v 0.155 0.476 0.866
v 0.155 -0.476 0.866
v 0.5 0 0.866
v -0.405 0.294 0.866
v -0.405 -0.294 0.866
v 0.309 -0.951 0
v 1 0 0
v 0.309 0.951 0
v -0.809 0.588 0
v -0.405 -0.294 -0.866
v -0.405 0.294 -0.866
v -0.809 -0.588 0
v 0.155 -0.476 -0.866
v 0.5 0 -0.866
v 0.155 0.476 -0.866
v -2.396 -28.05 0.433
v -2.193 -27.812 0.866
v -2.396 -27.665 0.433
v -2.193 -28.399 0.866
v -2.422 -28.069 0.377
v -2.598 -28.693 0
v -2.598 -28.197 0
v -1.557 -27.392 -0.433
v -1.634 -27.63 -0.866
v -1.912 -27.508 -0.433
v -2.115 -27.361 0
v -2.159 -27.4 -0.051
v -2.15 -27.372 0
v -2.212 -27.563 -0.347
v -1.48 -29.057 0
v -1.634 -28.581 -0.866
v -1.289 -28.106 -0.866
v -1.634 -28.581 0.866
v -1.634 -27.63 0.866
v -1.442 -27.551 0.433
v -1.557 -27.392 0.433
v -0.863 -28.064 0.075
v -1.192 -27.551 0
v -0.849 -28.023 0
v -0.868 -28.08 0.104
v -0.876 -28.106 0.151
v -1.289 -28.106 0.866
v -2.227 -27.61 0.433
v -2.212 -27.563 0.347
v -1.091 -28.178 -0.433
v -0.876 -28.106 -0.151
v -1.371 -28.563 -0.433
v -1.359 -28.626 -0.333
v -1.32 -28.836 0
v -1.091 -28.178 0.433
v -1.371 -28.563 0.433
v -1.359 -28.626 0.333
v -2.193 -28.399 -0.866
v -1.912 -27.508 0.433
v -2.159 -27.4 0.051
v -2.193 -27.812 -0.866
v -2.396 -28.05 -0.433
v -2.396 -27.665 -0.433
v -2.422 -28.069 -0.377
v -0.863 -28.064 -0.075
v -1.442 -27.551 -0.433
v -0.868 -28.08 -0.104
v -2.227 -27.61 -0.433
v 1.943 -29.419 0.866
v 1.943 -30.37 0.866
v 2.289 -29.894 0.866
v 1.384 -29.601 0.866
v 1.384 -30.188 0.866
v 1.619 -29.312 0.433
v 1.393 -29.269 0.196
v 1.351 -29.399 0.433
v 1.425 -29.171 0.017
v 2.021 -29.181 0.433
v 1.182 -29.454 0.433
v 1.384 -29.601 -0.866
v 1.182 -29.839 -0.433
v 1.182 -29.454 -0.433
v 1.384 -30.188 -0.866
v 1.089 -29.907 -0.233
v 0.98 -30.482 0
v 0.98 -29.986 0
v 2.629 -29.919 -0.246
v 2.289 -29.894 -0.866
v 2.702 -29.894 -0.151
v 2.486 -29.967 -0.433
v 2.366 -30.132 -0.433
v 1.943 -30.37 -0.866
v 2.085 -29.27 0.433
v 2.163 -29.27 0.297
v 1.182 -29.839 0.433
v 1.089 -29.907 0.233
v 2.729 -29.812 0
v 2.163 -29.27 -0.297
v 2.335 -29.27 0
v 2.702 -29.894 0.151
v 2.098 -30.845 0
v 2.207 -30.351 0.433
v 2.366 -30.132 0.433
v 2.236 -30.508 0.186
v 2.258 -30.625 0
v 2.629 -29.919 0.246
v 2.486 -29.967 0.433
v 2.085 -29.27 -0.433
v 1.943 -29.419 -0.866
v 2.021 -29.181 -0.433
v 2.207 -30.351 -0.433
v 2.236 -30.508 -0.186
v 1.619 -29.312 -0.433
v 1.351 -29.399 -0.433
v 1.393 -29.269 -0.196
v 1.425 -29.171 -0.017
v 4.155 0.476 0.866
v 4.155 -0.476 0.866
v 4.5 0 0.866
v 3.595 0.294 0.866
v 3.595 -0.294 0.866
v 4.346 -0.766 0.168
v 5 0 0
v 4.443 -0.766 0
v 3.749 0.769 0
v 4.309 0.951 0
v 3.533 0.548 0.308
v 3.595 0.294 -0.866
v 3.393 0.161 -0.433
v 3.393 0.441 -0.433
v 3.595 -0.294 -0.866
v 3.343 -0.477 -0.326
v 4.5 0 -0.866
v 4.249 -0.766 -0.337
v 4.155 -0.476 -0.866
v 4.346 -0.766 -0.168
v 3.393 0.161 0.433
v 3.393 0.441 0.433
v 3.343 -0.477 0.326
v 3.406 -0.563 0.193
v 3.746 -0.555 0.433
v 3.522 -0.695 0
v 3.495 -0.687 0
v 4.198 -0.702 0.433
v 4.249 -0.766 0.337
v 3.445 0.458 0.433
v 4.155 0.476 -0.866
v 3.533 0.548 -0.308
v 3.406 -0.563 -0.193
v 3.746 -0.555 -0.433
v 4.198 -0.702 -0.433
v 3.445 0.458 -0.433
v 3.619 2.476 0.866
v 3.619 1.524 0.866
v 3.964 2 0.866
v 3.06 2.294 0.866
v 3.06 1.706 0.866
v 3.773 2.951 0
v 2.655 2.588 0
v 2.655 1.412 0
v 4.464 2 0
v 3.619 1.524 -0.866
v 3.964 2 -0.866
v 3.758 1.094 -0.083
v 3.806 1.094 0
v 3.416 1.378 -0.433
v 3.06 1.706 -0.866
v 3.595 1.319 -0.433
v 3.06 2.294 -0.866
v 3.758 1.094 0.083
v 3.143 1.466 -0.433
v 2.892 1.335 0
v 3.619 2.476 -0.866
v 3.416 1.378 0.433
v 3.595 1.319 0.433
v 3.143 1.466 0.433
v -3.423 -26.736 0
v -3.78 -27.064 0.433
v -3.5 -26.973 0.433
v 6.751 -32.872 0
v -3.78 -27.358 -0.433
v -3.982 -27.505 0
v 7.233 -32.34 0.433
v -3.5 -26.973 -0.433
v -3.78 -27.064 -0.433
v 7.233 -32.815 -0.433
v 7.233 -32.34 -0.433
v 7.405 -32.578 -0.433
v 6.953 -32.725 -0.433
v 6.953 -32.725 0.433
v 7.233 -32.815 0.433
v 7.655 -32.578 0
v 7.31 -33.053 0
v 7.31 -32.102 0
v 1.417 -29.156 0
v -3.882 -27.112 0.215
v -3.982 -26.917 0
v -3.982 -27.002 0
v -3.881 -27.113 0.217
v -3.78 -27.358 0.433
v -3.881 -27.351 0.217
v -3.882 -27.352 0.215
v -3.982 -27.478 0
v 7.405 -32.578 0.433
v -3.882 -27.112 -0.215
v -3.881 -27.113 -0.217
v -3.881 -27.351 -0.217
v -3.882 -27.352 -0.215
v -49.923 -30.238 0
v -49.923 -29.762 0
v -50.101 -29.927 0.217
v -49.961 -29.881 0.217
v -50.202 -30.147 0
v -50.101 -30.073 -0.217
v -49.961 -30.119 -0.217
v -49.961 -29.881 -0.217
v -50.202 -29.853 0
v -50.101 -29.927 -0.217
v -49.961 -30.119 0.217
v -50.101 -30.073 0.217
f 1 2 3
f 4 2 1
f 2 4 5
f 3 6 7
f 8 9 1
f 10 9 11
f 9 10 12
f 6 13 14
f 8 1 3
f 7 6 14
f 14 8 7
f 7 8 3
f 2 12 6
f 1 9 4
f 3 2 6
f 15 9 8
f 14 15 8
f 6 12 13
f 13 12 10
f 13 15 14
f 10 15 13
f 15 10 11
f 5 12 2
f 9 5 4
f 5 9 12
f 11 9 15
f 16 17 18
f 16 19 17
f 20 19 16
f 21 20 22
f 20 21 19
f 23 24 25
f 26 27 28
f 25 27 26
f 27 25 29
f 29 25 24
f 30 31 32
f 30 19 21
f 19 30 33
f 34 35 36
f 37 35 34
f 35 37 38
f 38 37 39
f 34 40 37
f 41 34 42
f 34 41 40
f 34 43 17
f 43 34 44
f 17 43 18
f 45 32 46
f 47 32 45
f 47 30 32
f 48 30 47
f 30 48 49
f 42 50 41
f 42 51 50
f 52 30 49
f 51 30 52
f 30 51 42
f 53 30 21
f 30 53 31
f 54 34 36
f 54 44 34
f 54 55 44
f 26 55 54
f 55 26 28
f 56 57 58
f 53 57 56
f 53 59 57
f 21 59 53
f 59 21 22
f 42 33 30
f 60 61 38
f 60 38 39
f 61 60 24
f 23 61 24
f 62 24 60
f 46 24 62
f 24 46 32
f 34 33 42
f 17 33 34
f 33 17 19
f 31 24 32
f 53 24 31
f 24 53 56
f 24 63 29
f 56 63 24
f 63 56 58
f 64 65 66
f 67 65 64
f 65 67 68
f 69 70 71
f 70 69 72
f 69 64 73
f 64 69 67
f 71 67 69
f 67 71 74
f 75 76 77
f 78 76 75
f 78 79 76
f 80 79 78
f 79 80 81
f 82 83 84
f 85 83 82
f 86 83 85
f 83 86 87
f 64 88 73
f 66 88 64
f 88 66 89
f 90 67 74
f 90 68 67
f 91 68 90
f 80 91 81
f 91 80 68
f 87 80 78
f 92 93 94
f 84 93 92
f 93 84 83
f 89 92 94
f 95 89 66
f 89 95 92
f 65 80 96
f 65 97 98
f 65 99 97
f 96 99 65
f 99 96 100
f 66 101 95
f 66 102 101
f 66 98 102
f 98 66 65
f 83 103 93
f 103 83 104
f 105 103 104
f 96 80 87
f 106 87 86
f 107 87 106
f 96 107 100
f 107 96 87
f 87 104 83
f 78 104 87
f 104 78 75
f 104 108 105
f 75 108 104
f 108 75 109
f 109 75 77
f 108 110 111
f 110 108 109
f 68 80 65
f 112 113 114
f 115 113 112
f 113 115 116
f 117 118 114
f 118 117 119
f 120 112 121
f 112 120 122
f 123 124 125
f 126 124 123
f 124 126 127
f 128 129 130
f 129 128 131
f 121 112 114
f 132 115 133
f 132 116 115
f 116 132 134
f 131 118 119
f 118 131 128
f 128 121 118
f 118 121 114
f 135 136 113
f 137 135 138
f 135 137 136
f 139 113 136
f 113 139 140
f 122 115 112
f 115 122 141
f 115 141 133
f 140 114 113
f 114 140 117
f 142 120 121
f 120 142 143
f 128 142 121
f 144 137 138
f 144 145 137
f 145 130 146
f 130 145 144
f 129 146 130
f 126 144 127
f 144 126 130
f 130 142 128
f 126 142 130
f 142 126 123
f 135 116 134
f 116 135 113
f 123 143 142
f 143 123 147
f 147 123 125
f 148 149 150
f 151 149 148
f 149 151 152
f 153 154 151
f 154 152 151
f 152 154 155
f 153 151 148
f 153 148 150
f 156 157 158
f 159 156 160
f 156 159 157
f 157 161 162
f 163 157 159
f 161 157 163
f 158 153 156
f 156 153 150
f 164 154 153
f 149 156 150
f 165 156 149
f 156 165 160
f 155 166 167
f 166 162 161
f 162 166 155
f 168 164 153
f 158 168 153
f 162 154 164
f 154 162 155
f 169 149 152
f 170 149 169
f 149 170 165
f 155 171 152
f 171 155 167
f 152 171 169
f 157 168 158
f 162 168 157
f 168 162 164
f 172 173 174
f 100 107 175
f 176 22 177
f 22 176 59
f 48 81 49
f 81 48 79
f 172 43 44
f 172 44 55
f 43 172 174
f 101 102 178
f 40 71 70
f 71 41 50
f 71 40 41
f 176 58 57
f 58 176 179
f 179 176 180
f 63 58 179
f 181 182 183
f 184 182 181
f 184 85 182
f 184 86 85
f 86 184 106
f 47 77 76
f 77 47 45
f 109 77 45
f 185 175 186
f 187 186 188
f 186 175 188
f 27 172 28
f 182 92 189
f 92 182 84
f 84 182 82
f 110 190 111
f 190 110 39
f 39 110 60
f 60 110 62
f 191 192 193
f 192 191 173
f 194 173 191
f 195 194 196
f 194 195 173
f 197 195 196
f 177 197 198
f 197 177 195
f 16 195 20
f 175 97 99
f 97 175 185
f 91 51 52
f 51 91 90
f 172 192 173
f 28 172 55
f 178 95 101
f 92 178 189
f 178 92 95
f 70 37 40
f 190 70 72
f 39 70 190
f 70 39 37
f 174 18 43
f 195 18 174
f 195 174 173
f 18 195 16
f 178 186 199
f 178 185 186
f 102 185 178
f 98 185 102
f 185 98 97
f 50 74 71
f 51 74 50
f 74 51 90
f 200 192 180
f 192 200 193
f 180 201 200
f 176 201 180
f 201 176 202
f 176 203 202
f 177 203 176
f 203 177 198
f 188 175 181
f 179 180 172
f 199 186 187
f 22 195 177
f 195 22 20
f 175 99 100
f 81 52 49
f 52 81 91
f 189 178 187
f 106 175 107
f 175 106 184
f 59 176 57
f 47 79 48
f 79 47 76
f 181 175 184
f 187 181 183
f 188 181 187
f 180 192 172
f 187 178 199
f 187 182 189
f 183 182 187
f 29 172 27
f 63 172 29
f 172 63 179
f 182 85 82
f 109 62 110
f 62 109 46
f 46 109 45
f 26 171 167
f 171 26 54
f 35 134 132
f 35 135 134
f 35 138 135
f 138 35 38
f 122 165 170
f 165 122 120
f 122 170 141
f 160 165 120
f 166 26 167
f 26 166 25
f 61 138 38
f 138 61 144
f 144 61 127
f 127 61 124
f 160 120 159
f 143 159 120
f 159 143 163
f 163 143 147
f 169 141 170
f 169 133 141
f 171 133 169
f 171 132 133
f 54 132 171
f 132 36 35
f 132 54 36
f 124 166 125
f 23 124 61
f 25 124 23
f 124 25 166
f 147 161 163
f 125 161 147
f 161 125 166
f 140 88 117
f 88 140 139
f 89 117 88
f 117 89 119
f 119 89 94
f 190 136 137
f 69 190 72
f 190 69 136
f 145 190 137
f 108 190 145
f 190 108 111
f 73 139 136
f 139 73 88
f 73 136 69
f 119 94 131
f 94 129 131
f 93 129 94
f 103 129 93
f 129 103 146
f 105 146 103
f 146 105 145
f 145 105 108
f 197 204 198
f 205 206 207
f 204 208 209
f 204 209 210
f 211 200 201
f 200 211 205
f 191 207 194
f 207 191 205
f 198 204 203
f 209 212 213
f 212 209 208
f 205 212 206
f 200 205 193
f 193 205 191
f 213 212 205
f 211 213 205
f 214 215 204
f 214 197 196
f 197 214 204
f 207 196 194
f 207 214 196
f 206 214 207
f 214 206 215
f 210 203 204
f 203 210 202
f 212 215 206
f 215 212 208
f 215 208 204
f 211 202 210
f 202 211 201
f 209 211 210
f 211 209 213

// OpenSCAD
sphere(1);
    ahead=30;
    r=4;
    a=[cos($t*360   )*r,sin($t*360)   *r,0];
    b=[cos($t*360+ahead)*r,sin($t*360+ahead)*r,0];
    c=[2,a.y-30,0];
    d=[-2,b.y-30,0];
    e=lerp(c,d,.5) +un(d-c)*2;
    f=lerp(c,d,.5) -un(d-c)*2;
    
    
  color("red")    translate(e){sphere(1);}
   color("red")   translate(f){sphere(1);}
    
  color("red")     translate(a){sphere(1);}
  color("red")    translate(b){sphere(1);}
    color("red")    sphere(1);
  
  color("gray")    translate([0,0,-1]) circle(r);

    
  color("yellow")    hull() {
    translate(lerp(f,e,-1.5))sphere(.5);
   translate(lerp(f,e,1.5)) sphere(.5);

    }
   color("blue")   hull() {
    translate(b){sphere(.5);}
   translate(e) sphere(.5);

    }
     color("blue") hull() {
    translate(a){sphere(.5);}
    translate(f)sphere(.5);

    }
    
      color("gray")  hull() {
    translate(lerp(f,e,1.5))sphere(.25);
   translate([-50,-30,0]) sphere(.25);

    }
    function lerp(start, end, bias) = (end * bias + start * (1 - bias));
function un(v) = assert(is_list(v)) v / max(norm(v), 1e-64);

- - -

Please output exactly the lines between the one holding "f 110 190 111" and the one holding "f 102 185 178" in the records above, inclusive, and nothing more.

f 110 190 111
f 190 110 39
f 39 110 60
f 60 110 62
f 191 192 193
f 192 191 173
f 194 173 191
f 195 194 196
f 194 195 173
f 197 195 196
f 177 197 198
f 197 177 195
f 16 195 20
f 175 97 99
f 97 175 185
f 91 51 52
f 51 91 90
f 172 192 173
f 28 172 55
f 178 95 101
f 92 178 189
f 178 92 95
f 70 37 40
f 190 70 72
f 39 70 190
f 70 39 37
f 174 18 43
f 195 18 174
f 195 174 173
f 18 195 16
f 178 186 199
f 178 185 186
f 102 185 178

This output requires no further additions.